Once you reach the line containing "#177=FACE_BOUND('',#176,.T.);" in the data below, restate each line word for word up to and including the one containing "#195=ORIENTED_EDGE('',*,*,#147,.T.);".

===== PROVIDED RECORDS

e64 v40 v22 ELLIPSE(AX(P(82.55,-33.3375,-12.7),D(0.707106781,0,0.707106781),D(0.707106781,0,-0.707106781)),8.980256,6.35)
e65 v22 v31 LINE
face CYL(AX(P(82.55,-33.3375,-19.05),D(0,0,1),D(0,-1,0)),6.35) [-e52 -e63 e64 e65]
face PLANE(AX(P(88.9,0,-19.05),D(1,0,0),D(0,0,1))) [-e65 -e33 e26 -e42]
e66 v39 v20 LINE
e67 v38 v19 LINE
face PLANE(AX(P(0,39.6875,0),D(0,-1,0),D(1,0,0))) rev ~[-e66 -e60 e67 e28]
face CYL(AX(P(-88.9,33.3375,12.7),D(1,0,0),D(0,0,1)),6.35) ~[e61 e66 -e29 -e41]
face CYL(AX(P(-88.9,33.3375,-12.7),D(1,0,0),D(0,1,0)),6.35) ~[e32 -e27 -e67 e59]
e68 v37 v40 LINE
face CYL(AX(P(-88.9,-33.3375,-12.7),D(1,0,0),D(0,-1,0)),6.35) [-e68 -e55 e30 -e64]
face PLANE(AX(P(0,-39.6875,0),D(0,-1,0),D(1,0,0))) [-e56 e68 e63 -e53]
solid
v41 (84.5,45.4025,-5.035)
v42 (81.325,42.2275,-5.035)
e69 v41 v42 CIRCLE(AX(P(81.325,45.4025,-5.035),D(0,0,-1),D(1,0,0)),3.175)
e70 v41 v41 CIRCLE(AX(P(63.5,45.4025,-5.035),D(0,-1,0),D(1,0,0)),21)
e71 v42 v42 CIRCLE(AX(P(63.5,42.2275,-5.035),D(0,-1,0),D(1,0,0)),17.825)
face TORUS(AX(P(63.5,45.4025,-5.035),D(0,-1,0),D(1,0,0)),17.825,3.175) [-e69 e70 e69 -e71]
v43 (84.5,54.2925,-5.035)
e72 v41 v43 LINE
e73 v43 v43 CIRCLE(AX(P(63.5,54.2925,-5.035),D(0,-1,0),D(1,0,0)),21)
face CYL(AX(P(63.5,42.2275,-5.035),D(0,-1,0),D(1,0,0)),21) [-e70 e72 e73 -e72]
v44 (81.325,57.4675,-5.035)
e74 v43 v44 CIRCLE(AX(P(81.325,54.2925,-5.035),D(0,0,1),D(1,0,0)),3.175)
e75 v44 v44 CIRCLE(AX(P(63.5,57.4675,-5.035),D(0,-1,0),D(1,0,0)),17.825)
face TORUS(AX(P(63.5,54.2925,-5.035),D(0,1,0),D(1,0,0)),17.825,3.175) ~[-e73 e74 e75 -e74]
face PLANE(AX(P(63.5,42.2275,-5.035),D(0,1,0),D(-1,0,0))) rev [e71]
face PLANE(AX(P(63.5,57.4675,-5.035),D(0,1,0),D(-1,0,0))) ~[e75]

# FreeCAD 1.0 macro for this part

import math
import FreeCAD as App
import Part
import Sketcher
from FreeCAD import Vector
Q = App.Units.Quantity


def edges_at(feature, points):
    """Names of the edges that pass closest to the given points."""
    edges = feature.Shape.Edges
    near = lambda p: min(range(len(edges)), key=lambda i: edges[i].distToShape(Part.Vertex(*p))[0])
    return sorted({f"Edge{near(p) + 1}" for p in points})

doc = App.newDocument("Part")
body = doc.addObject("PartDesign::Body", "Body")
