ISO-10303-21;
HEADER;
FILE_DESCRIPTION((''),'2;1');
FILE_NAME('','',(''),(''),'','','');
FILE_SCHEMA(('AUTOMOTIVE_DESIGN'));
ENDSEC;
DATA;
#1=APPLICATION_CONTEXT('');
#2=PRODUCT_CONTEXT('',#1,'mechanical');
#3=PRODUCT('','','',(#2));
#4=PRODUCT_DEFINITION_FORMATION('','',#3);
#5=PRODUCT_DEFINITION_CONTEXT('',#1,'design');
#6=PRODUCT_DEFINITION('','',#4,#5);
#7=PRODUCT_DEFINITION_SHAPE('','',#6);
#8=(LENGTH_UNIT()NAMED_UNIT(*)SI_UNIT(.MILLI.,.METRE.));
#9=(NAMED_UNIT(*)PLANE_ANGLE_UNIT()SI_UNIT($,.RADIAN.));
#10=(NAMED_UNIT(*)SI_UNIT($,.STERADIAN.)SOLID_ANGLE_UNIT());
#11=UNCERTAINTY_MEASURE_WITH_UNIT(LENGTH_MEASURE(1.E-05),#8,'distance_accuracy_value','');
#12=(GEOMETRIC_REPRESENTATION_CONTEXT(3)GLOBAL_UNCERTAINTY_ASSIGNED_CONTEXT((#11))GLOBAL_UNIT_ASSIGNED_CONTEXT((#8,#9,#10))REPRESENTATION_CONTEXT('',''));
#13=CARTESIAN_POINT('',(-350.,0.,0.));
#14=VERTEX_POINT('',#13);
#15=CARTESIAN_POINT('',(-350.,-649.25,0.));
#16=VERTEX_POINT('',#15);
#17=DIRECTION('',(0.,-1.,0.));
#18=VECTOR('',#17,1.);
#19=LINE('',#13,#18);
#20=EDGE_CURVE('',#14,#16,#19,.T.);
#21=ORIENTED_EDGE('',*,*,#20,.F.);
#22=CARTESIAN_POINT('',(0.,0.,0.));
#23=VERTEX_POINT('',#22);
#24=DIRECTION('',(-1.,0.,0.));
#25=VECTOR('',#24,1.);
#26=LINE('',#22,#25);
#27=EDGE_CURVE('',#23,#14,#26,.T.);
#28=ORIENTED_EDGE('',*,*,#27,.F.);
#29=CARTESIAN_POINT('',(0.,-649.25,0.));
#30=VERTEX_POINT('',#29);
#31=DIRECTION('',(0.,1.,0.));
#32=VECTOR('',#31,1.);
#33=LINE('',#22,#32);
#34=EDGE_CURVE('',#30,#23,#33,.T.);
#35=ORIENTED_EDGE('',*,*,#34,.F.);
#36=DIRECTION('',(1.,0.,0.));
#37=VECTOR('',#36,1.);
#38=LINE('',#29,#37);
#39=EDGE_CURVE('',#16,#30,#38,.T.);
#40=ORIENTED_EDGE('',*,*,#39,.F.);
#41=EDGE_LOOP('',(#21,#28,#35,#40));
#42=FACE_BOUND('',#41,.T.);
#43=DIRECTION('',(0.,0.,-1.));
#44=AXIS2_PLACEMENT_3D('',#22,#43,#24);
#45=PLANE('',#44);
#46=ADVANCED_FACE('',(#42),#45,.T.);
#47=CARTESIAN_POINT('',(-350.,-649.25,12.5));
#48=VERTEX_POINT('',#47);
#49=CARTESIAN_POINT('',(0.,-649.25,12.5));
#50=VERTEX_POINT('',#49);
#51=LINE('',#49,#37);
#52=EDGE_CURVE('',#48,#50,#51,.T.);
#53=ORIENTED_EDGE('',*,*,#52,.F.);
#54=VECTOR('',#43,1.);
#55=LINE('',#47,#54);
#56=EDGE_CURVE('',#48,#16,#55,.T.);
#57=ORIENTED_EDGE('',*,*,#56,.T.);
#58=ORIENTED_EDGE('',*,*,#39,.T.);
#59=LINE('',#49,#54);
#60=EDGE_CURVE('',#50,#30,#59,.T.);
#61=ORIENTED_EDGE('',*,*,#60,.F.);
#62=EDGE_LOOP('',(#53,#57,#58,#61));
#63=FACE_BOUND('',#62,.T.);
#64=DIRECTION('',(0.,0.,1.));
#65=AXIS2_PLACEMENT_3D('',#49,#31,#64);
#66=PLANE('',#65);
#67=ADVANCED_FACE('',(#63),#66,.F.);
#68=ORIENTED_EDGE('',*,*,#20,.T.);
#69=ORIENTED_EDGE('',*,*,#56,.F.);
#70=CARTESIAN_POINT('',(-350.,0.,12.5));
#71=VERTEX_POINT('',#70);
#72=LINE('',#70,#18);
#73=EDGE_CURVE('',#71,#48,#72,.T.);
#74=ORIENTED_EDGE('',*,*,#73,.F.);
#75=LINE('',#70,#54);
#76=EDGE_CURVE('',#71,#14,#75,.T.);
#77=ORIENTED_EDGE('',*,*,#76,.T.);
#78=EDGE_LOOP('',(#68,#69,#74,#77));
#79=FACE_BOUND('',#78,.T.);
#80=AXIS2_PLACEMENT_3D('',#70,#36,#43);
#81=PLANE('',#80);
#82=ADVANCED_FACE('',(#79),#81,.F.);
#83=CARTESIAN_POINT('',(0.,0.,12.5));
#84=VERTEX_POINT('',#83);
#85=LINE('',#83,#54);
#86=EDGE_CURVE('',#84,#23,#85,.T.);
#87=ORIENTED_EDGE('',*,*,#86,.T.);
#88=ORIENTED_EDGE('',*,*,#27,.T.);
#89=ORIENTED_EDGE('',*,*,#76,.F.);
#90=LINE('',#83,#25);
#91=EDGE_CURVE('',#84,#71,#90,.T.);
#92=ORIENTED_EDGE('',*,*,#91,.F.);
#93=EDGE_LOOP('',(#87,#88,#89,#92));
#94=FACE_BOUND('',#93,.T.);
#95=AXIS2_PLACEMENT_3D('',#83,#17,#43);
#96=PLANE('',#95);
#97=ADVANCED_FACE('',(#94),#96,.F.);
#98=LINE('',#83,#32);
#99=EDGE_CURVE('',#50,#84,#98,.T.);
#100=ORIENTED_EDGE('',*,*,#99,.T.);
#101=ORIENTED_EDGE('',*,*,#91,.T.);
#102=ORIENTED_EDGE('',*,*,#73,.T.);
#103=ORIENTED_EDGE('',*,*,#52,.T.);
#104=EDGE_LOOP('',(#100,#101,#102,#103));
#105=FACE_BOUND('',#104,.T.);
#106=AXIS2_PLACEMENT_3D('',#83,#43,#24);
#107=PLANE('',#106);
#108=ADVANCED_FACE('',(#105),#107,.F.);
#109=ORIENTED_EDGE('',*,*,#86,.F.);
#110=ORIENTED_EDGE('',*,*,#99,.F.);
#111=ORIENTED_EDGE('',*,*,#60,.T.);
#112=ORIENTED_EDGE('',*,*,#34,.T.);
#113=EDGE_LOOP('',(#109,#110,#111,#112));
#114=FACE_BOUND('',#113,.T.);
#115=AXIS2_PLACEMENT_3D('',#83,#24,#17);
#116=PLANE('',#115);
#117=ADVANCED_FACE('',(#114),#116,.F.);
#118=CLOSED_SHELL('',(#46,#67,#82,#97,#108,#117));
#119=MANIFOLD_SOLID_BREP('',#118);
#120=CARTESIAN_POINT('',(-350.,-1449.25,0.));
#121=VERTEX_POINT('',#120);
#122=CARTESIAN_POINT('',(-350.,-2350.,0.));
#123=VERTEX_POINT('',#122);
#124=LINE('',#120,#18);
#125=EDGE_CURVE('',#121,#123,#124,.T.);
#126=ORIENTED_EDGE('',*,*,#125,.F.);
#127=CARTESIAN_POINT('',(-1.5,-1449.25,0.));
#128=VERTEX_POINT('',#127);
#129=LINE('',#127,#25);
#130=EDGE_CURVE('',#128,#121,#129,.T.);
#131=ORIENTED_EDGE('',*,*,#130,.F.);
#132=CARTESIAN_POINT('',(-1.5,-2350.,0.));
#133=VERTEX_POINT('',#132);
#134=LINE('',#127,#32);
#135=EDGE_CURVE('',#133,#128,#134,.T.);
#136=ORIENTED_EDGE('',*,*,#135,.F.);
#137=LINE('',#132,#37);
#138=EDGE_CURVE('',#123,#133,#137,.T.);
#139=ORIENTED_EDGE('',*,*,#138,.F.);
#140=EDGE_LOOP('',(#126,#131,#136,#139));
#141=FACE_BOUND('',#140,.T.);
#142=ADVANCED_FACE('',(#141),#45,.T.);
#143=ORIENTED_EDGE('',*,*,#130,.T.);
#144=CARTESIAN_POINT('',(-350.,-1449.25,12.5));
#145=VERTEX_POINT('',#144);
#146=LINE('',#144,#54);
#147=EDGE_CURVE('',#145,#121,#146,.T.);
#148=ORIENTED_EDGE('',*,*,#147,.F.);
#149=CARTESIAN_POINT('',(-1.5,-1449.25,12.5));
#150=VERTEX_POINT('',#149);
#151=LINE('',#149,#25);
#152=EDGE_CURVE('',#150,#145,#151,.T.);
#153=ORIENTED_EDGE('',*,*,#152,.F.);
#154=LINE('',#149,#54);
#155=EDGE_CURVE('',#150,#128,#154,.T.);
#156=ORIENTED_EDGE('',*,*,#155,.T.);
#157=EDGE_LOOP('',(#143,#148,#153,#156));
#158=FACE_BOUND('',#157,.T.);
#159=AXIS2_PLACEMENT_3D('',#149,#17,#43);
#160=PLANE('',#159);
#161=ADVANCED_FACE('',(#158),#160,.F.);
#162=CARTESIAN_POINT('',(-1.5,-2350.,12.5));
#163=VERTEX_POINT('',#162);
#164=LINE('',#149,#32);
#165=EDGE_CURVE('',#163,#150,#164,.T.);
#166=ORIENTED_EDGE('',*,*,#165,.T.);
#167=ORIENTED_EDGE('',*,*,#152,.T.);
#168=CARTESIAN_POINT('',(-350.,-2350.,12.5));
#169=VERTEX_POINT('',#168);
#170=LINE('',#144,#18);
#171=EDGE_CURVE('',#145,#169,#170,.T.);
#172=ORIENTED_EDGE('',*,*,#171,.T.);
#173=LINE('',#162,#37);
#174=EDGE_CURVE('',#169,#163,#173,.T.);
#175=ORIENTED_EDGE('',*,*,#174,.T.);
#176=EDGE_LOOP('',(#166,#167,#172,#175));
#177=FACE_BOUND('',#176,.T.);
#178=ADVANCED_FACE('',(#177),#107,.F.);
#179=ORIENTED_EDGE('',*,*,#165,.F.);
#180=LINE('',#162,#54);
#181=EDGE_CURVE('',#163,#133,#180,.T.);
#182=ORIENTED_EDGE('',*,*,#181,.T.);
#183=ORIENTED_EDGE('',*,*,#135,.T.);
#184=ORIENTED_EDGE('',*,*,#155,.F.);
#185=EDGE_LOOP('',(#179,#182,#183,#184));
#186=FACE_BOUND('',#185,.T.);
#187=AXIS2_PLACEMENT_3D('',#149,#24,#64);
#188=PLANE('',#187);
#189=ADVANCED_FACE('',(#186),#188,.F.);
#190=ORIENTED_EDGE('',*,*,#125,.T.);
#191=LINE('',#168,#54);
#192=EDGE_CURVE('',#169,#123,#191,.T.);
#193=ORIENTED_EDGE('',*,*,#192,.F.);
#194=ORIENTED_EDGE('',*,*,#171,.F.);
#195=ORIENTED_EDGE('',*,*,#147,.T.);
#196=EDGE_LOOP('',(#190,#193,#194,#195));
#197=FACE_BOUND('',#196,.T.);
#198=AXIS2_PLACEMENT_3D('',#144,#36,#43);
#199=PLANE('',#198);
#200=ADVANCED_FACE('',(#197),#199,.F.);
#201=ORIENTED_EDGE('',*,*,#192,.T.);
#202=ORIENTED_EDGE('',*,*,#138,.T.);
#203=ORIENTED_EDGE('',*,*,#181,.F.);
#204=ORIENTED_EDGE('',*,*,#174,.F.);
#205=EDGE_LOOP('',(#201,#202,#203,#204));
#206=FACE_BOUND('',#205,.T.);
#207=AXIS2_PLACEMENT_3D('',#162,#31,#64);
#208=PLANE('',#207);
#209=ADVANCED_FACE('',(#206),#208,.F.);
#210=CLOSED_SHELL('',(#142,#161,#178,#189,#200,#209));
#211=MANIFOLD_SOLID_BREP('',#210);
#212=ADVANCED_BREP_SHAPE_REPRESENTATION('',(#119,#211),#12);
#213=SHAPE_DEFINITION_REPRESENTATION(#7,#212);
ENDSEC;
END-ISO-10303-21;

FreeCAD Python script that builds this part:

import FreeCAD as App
import Part
import Sketcher
from FreeCAD import Vector
Q = App.Units.Quantity

doc = App.newDocument("Part")
body = doc.addObject("PartDesign::Body", "Body")

sketch1 = body.newObject("Sketcher::SketchObject", "Sketch")
sketch1.AttachmentSupport = (doc.getObject("XY_Plane"), [""])
sketch1.MapMode = "FlatFace"
sketch1.addGeometry(Part.LineSegment(Vector(-350, 0, 0), Vector(-350, -649.25, 0)), False)
sketch1.addGeometry(Part.LineSegment(Vector(-350, -649.25, 0), Vector(0, -649.25, 0)), False)
sketch1.addGeometry(Part.LineSegment(Vector(0, -649.25, 0), Vector(0, 0, 0)), False)
sketch1.addGeometry(Part.LineSegment(Vector(0, 0, 0), Vector(-350, 0, 0)), False)
sketch1.addConstraint(Sketcher.Constraint("Coincident", 0, 2, 1, 1))
sketch1.addConstraint(Sketcher.Constraint("Coincident", 1, 2, 2, 1))
sketch1.addConstraint(Sketcher.Constraint("Coincident", 2, 2, 3, 1))
sketch1.addConstraint(Sketcher.Constraint("Coincident", 3, 2, 0, 1))
sketch1.addConstraint(Sketcher.Constraint("Vertical", 0))
sketch1.addConstraint(Sketcher.Constraint("Horizontal", 1))
sketch1.addConstraint(Sketcher.Constraint("Vertical", 2))
sketch1.addConstraint(Sketcher.Constraint("Horizontal", 3))
sketch1.addConstraint(Sketcher.Constraint("Coincident", 2, 2, -1, 1))
sketch1.addConstraint(Sketcher.Constraint("DistanceX", 1, 1, 1, 2, Q("350 mm")))
sketch1.addConstraint(Sketcher.Constraint("DistanceY", 0, 2, 0, 1, Q("649.25 mm")))
pad1 = body.newObject("PartDesign::Pad", "Pad")
pad1.Profile = sketch1
pad1.Length = 12.5
body2 = doc.addObject("PartDesign::Body", "Body001")

sketch2 = body2.newObject("Sketcher::SketchObject", "Sketch001")
sketch2.AttachmentSupport = (doc.getObject("XY_Plane001"), [""])
sketch2.MapMode = "FlatFace"
sketch2.addGeometry(Part.LineSegment(Vector(-350, -1449.25, 0), Vector(-350, -2350, 0)), False)
sketch2.addGeometry(Part.LineSegment(Vector(-350, -2350, 0), Vector(-1.5, -2350, 0)), False)
sketch2.addGeometry(Part.LineSegment(Vector(-1.5, -2350, 0), Vector(-1.5, -1449.25, 0)), False)
sketch2.addGeometry(Part.LineSegment(Vector(-1.5, -1449.25, 0), Vector(-350, -1449.25, 0)), False)
sketch2.addConstraint(Sketcher.Constraint("Coincident", 0, 2, 1, 1))
sketch2.addConstraint(Sketcher.Constraint("Coincident", 1, 2, 2, 1))
sketch2.addConstraint(Sketcher.Constraint("Coincident", 2, 2, 3, 1))
sketch2.addConstraint(Sketcher.Constraint("Coincident", 3, 2, 0, 1))
sketch2.addConstraint(Sketcher.Constraint("Vertical", 0))
sketch2.addConstraint(Sketcher.Constraint("Horizontal", 1))
sketch2.addConstraint(Sketcher.Constraint("Vertical", 2))
sketch2.addConstraint(Sketcher.Constraint("Horizontal", 3))
sketch2.addConstraint(Sketcher.Constraint("DistanceX", 1, 1, 1, 2, Q("348.5 mm")))
sketch2.addConstraint(Sketcher.Constraint("DistanceX", 0, 2, -1, 1, Q("350 mm")))
sketch2.addConstraint(Sketcher.Constraint("DistanceY", 0, 2, -1, 1, Q("2350 mm")))
sketch2.addConstraint(Sketcher.Constraint("DistanceY", 0, 2, 0, 1, Q("900.75 mm")))
pad2 = body2.newObject("PartDesign::Pad", "Pad001")
pad2.Profile = sketch2
pad2.Length = 12.5

doc.recompute()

==========

__SOLUTION TO THE PROBLEM__.
#177=FACE_BOUND('',#176,.T.);
#178=ADVANCED_FACE('',(#177),#107,.F.);
#179=ORIENTED_EDGE('',*,*,#165,.F.);
#180=LINE('',#162,#54);
#181=EDGE_CURVE('',#163,#133,#180,.T.);
#182=ORIENTED_EDGE('',*,*,#181,.T.);
#183=ORIENTED_EDGE('',*,*,#135,.T.);
#184=ORIENTED_EDGE('',*,*,#155,.F.);
#185=EDGE_LOOP('',(#179,#182,#183,#184));
#186=FACE_BOUND('',#185,.T.);
#187=AXIS2_PLACEMENT_3D('',#149,#24,#64);
#188=PLANE('',#187);
#189=ADVANCED_FACE('',(#186),#188,.F.);
#190=ORIENTED_EDGE('',*,*,#125,.T.);
#191=LINE('',#168,#54);
#192=EDGE_CURVE('',#169,#123,#191,.T.);
#193=ORIENTED_EDGE('',*,*,#192,.F.);
#194=ORIENTED_EDGE('',*,*,#171,.F.);
#195=ORIENTED_EDGE('',*,*,#147,.T.);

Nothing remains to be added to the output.